President Barack Obama dispatched thousands of troops to help stabilize Haiti Thursday and promised $100 million or more in quick earthquake aid, putting the U.S. firmly at the head of a relief effort of historic proportions.
U.S. forces secured the airport in the capital and began an airlift of urgently needed medicine, water and other essentials.
As many as 5,500 U.S. infantry soldiers and Marines will be on the ground or on ships offshore by Monday, a Defense Department official said. More than a half dozen ships were heading there Thursday or preparing to get under way, said spokesman Bryan Whitman. They included the aircraft carrier USS Carl Vinson, to arrive Friday, and a hospital ship with 12 operating rooms, the USNS Comfort, expected by Jan. 22.
Obama said the $100 million the government is initialing directing toward the relief effort would certainly grow over the year as the recovery turns from emergency to rebuilding the already deeply impoverished nation.
"This is one of those moments that calls out for American leadership," he said.
Meanwhile, an administration official said Obama is tapping former presidents George W. Bush and Bill Clinton to assist. It was Bush who did the same with his father, former President George H.W. Bush, and Clinton, after the 2004 tsunami.
Their roles will be defined in the coming days, the official said, speaking on the condition of anonymity because a formal announcement had not been made. An official close to Bush confirmed that he was joining Clinton to help.
At the State Department, spokesman P.J. Crowley confirmed the death of one American citizen he did not immediately name, with three others known to be missing after Tuesday's 7.0-magnitude earthquake. Crowley said the U.S. embassy has made contact with nearly 1,000 American citizens in Haiti, a fraction of the estimated 45,000 Americans there.
Amid continuing efforts to assess the disaster's cost, the first U.S. Army infantry troops from the 82nd Airborne Division at Fort Bragg in North Carolina were expected to arrive later Thursday. About 100 troops will find locations to set up tents and make other preparations for the arrival of roughly 800 personnel from the division on Friday and a full brigade of some 3,500 by the end of the weekend, Whitman said.
They come on top of some 2,200 Marines, also to arrive by Sunday or Monday.
Secretary of State Hillary Rodham Clinton called it "a full court press" to provide security, search and rescue and delivery of humanitarian supplies.
Aware of the political cost George W. Bush paid for a slow government response to Hurricane Katrina, administration officials took pains to emphasize that a huge amount of assets is in motion toward Haiti, but it's hard to deploy as quickly as desired because of needed preparation time and the barriers of badly damaged roads, airport, port and communications. Obama himself warned preemptively it would take hours "and in many cases days" to get the full U.S. contingent on the ground.
"None of this will seem quick enough if you have a loved one who's trapped, if you're sleeping on the streets, if you can't feed your children," Obama said. "So today, you must know that help is arriving. Much, much more help is on the way."
As a start, the president said the U.S. military has secured the severely damaged airport in Port-au-Prince, so that it can receive round-the-clock deliveries of heavy equipment and emergency supplies from the United States and countries around the world.

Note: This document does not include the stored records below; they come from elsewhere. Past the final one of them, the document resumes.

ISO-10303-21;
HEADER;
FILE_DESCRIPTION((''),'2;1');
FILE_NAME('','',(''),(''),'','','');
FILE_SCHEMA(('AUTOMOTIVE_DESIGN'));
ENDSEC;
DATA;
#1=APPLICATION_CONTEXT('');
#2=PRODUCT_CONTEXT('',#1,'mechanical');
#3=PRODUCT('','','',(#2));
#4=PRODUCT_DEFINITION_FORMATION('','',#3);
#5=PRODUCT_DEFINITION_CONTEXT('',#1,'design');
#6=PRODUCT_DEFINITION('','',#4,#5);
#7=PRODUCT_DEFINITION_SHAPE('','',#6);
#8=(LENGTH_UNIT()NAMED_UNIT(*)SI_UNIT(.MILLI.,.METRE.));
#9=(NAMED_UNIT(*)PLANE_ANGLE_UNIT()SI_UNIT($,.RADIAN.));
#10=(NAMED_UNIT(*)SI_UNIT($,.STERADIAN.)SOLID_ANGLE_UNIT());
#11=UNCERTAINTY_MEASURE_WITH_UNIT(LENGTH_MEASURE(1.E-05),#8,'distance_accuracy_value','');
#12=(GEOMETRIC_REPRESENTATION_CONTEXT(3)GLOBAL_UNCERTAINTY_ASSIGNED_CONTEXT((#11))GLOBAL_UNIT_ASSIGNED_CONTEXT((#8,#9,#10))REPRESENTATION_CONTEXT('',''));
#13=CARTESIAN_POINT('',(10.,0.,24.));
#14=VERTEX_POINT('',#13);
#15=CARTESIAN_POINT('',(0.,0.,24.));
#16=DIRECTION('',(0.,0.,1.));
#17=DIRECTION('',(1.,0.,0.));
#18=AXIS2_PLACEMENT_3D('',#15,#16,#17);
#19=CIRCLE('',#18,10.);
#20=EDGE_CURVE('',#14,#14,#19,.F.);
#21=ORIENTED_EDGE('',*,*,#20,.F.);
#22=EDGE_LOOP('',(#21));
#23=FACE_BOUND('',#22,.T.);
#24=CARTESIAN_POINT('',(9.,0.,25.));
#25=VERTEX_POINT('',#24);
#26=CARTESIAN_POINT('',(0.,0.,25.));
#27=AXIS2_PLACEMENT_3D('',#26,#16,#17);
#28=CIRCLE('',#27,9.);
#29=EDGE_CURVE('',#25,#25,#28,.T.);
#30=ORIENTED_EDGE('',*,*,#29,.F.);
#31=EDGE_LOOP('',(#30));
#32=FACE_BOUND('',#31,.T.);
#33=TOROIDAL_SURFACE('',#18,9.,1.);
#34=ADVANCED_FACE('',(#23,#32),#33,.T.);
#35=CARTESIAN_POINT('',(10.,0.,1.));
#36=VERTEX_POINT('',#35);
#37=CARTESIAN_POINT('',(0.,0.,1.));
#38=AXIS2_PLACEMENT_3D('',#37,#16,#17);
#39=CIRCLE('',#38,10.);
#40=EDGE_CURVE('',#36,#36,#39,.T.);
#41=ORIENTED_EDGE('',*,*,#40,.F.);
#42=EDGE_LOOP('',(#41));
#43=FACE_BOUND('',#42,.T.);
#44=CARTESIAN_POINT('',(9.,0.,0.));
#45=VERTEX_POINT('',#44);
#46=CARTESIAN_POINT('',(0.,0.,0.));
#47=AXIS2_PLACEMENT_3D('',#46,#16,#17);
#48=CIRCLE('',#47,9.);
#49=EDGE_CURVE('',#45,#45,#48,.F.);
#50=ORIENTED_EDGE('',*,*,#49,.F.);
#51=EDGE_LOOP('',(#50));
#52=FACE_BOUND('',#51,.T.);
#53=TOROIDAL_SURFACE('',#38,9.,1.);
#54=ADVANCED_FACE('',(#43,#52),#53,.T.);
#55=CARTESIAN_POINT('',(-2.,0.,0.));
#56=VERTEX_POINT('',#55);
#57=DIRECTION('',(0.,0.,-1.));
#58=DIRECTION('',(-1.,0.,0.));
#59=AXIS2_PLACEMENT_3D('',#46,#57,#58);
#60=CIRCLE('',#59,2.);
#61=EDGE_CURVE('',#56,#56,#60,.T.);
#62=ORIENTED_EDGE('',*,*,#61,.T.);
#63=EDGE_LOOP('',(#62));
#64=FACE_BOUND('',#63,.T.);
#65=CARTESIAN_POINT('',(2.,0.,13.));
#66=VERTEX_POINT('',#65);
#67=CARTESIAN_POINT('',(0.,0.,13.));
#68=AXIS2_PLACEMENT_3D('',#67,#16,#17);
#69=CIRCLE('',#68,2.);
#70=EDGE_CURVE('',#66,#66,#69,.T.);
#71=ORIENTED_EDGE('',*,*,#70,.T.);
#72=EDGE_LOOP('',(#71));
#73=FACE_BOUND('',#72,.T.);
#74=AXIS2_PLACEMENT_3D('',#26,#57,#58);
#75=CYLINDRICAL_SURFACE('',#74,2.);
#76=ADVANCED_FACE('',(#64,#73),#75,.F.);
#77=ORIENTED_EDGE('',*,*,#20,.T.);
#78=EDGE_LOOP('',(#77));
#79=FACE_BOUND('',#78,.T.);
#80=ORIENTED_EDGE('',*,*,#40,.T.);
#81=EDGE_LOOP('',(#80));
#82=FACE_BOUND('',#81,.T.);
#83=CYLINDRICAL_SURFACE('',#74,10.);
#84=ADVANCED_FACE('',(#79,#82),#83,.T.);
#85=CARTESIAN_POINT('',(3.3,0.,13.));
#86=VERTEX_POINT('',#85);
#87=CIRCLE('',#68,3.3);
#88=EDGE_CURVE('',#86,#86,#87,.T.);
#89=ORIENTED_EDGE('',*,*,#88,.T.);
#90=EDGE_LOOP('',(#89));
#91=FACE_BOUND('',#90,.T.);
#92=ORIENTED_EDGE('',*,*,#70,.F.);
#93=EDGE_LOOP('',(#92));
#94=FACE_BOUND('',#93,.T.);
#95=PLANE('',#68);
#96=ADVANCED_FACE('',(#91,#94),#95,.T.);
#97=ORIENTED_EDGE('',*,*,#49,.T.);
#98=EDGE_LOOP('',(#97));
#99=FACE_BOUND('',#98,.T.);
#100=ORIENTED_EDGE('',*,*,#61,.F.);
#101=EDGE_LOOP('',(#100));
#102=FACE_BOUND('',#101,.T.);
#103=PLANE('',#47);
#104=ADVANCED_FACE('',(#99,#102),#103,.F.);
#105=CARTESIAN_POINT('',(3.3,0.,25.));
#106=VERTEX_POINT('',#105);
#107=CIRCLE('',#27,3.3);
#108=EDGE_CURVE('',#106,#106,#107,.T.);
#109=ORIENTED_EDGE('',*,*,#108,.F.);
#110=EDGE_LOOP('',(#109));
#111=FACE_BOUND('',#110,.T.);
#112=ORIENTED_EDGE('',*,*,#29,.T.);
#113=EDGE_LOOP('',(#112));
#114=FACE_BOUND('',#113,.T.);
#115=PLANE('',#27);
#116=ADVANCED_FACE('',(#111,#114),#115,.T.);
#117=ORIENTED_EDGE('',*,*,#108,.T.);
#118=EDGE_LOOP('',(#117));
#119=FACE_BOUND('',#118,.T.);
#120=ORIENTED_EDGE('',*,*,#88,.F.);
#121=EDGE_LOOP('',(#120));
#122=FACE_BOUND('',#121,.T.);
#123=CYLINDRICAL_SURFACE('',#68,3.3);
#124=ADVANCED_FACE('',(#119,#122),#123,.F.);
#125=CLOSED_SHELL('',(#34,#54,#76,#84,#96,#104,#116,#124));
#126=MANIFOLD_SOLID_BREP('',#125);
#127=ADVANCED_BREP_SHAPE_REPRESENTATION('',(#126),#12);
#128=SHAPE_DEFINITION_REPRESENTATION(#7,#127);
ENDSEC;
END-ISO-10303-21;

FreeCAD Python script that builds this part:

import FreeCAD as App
import Part
import Sketcher

V = App.Vector
Q = App.Units.Quantity


def edges_at(feature, points):
    """Names of the edges that pass closest to the given points."""
    edges = feature.Shape.Edges
    near = lambda p: min(range(len(edges)), key=lambda i: edges[i].distToShape(Part.Vertex(*p))[0])
    return sorted({f"Edge{near(p) + 1}" for p in points})

doc = App.newDocument("Part")
body = doc.addObject("PartDesign::Body", "Body")

sketch1 = body.newObject("Sketcher::SketchObject", "Sketch")
sketch1.AttachmentSupport = (doc.getObject("XY_Plane"), [""])
sketch1.MapMode = "FlatFace"
sketch1.addGeometry(Part.Circle(V(0, 0, 0), V(0, 0, 1), 10), False)
sketch1.addConstraint([
    Sketcher.Constraint("Coincident", 0, 3, -1, 1),
    Sketcher.Constraint("Diameter", 0, Q("20 mm")),
])
pad1 = body.newObject("PartDesign::Pad", "Pad")
pad1.Profile = sketch1
pad1.Length = 25

sketch2 = body.newObject("Sketcher::SketchObject", "Sketch001")
sketch2.AttachmentSupport = (doc.getObject("XY_Plane"), [""])
sketch2.MapMode = "FlatFace"
sketch2.AttachmentOffset = App.Placement(V(0, 0, 25), App.Rotation())
sketch2.addGeometry(Part.Circle(V(0, 0, 0), V(0, 0, 1), 3.3), False)
sketch2.addConstraint([
    Sketcher.Constraint("Coincident", 0, 3, -1, 1),
    Sketcher.Constraint("Diameter", 0, Q("6.6 mm")),
])
pocket1 = body.newObject("PartDesign::Pocket", "Pocket")
pocket1.Profile = sketch2
pocket1.Length = 12
doc.recompute()

fillet = body.newObject("PartDesign::Fillet", "Fillet")
fillet.Base = (pocket1, edges_at(pocket1, [(-10, 0, 0), (-10, 0, 25)]))
fillet.Radius = 1

sketch3 = body.newObject("Sketcher::SketchObject", "Sketch002")
sketch3.AttachmentSupport = (doc.getObject("XY_Plane"), [""])
sketch3.MapMode = "FlatFace"
sketch3.addGeometry(Part.Circle(V(0, 0, 0), V(0, 0, 1), 2), False)
sketch3.addConstraint([
    Sketcher.Constraint("Coincident", 0, 3, -1, 1),
    Sketcher.Constraint("Diameter", 0, Q("4 mm")),
])
pocket2 = body.newObject("PartDesign::Pocket", "Pocket001")
pocket2.Profile = sketch3
pocket2.Type = "ThroughAll"
pocket2.Reversed = True

doc.recompute()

A second 72-member Urban Search and Rescue team also hit the ground early Thursday, arriving from Los Angeles.
For Washington, managing its role in the crisis required a rush mentality coupled with consideration of the sensitive topic of whether it must in effect take over Haiti's now almost-nonexistent governmental structure.

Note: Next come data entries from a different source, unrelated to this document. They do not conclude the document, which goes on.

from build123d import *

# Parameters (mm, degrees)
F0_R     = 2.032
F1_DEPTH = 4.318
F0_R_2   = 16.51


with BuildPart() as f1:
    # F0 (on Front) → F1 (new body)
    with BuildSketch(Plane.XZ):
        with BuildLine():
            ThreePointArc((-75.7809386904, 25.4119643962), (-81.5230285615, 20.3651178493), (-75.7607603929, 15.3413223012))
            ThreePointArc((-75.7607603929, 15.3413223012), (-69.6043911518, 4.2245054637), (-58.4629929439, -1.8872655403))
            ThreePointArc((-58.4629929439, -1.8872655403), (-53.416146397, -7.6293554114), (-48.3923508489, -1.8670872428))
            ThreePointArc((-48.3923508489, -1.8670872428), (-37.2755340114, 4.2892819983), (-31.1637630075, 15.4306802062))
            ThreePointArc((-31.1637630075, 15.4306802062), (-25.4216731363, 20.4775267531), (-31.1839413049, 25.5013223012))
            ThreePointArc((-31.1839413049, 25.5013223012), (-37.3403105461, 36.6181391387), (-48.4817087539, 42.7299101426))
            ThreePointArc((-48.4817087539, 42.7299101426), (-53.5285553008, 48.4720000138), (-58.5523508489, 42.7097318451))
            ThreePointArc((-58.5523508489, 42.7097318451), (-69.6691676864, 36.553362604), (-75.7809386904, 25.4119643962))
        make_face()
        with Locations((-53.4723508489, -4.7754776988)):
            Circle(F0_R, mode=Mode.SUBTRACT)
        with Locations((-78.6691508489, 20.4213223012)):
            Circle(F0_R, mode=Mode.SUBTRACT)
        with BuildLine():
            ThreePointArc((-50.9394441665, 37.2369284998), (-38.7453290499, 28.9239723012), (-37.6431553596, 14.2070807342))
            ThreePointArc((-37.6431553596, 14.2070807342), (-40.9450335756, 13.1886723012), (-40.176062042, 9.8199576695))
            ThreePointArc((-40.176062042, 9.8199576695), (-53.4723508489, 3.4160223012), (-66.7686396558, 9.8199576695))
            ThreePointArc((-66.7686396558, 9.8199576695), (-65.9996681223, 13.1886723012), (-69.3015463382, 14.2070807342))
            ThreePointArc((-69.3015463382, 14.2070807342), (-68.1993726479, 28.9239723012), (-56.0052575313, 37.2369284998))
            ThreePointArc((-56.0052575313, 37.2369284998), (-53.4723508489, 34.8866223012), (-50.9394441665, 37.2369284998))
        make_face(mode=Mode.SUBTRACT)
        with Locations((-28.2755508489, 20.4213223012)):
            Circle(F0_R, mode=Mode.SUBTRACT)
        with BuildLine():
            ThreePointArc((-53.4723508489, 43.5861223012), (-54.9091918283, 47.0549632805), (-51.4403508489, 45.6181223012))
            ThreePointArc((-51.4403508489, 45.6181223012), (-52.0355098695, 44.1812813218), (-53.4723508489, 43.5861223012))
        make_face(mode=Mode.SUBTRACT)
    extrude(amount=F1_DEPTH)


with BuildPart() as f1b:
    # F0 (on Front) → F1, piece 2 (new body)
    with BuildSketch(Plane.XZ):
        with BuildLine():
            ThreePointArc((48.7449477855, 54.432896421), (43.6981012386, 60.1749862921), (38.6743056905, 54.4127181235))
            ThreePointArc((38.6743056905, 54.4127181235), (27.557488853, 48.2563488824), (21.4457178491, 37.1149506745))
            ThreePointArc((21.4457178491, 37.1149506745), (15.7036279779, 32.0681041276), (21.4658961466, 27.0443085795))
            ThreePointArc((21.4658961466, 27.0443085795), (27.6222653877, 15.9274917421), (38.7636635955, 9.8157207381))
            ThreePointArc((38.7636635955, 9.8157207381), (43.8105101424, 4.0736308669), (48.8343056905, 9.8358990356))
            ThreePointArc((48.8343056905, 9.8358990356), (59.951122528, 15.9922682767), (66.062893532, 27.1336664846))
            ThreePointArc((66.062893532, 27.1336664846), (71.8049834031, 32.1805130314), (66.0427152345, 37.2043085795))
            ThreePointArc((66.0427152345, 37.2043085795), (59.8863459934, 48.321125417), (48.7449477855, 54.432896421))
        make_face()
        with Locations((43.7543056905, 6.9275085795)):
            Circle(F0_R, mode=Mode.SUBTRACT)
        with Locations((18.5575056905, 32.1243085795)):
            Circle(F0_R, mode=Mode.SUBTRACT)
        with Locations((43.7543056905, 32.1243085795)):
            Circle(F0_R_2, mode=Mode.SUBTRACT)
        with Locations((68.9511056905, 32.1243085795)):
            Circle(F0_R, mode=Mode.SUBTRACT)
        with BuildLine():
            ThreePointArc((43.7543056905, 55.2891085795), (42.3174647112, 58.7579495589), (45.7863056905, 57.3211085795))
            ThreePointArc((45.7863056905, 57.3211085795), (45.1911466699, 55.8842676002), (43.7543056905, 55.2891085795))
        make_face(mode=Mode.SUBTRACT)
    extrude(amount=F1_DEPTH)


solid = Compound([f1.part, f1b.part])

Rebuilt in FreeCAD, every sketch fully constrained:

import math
import FreeCAD as App
import Part
import Sketcher
from FreeCAD import Vector
Q = App.Units.Quantity

doc = App.newDocument("Part")
body = doc.addObject("PartDesign::Body", "Body")

sketch1 = body.newObject("Sketcher::SketchObject", "Sketch")
sketch1.AttachmentSupport = (doc.getObject("XZ_Plane"), [""])
sketch1.MapMode = "FlatFace"
sketch1.addGeometry([
    Part.ArcOfCircle(Part.Circle(Vector(-76.443039, 20.375297, 0), Vector(0, 0, 1), 5.08), math.radians(82.511069), math.radians(277.718535)),
    Part.ArcOfCircle(Part.Circle(Vector(-53.472351, 20.421322, 0), Vector(0, 0, 1), 22.86), math.radians(-167.160412), math.radians(-102.609984)),
    Part.ArcOfCircle(Part.Circle(Vector(-53.426325, -2.549366, 0), Vector(0, 0, 1), 5.08), math.radians(172.511069), math.radians(367.718535)),
    Part.ArcOfCircle(Part.Circle(Vector(-53.472351, 20.421322, 0), Vector(0, 0, 1), 22.86), math.radians(-77.160412), math.radians(-12.609984)),
    Part.ArcOfCircle(Part.Circle(Vector(-30.501663, 20.467348, 0), Vector(0, 0, 1), 5.08), math.radians(-97.488931), math.radians(97.718535)),
    Part.ArcOfCircle(Part.Circle(Vector(-53.472351, 20.421322, 0), Vector(0, 0, 1), 22.86), math.radians(12.839588), math.radians(77.390016)),
    Part.ArcOfCircle(Part.Circle(Vector(-53.518377, 43.39201, 0), Vector(0, 0, 1), 5.08), math.radians(-7.488931), math.radians(187.718535)),
    Part.ArcOfCircle(Part.Circle(Vector(-53.472351, 20.421322, 0), Vector(0, 0, 1), 22.86), math.radians(102.839588), math.radians(167.390016)),
    Part.Circle(Vector(-53.472351, -4.775478, 0), Vector(0, 0, 1), 2.032),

"The United States is providing a lot of the glue that is keeping people communicating and working together as we try to assert authority, reinstate the government and begin to do what governments have to do to rebuild and reconstruct this damaged country," Clinton said in an interview on Fox News Channel's "Fox & Friends."

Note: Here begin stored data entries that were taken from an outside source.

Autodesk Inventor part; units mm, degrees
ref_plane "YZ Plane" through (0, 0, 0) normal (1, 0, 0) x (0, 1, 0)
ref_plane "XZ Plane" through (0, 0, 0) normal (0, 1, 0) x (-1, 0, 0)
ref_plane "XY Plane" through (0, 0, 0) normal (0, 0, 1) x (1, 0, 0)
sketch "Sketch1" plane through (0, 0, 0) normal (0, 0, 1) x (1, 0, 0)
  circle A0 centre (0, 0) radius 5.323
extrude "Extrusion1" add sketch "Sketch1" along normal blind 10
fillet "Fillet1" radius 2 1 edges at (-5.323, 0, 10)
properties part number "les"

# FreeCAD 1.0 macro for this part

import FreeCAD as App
import Part
import Sketcher
Q = App.Units.Quantity


def edges_at(feature, points):
    """Names of the edges that pass closest to the given points."""
    edges = feature.Shape.Edges
    near = lambda p: min(range(len(edges)), key=lambda i: edges[i].distToShape(Part.Vertex(*p))[0])
    return sorted({f"Edge{near(p) + 1}" for p in points})

doc = App.newDocument("Part")
body = doc.addObject("PartDesign::Body", "Body")

sketch1 = body.newObject("Sketcher::SketchObject", "Sketch")
sketch1.AttachmentSupport = (doc.getObject("XY_Plane"), [""])
sketch1.MapMode = "FlatFace"
sketch1.addGeometry(Part.Circle(App.Vector(0, 0, 0), App.Vector(0, 0, 1), 5), False)
sketch1.addConstraint([
    Sketcher.Constraint("Coincident", 0, 3, -1, 1),
    Sketcher.Constraint("Diameter", 0, Q("10.646 mm")),
])
pad1 = body.newObject("PartDesign::Pad", "Pad")
pad1.Profile = sketch1
pad1.Length = 10
doc.recompute()

fillet = body.newObject("PartDesign::Fillet", "Fillet")
fillet.Base = (pad1, edges_at(pad1, [(-5.323, 0, 10)]))
fillet.Radius = 2

doc.recompute()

Yet Crowley, her spokesman, stressed that while U.S. troops sent to Haiti will be under U.S. command, they're there primarily to support and rebuild the United Nations' 9,000-member peacekeeping mission and to do what it is asked by the Haitians.
"We're not taking over Haiti," he said. "We are helping to stabilize Haiti, we're helping to provide them lifesaving support and materiel and we're going to be there over the long term to help Haiti rebuild."
Crowley said U.S. officials are maintaining constant contact with the Haitian government and following its priorities.
A senior administration official said Obama explicitly directed the civilian and military personnel coordinating U.S. relief, during a Situation Room meeting Wednesday night, to "work with and through" the Haitian government "to the greatest extent possible." The official spoke on condition of anonymity because he was not authorized to discuss private meetings.
One factor in the delicate U.S. approach is a desire to not undermine Haitian President Rene Preval and recent efforts to bring more stable government to Haiti after decades of instability and disaster that have left it the Western Hemisphere's poorest nation.
And yet there were continuing signs of the near-total inability of Haiti's government to perform its duties. While the U.S. ambassador to Haiti, Kenneth Merten, had spoken several times with Preval, Obama had not yet been able to reach him, said White House spokesman Tommy Vietor.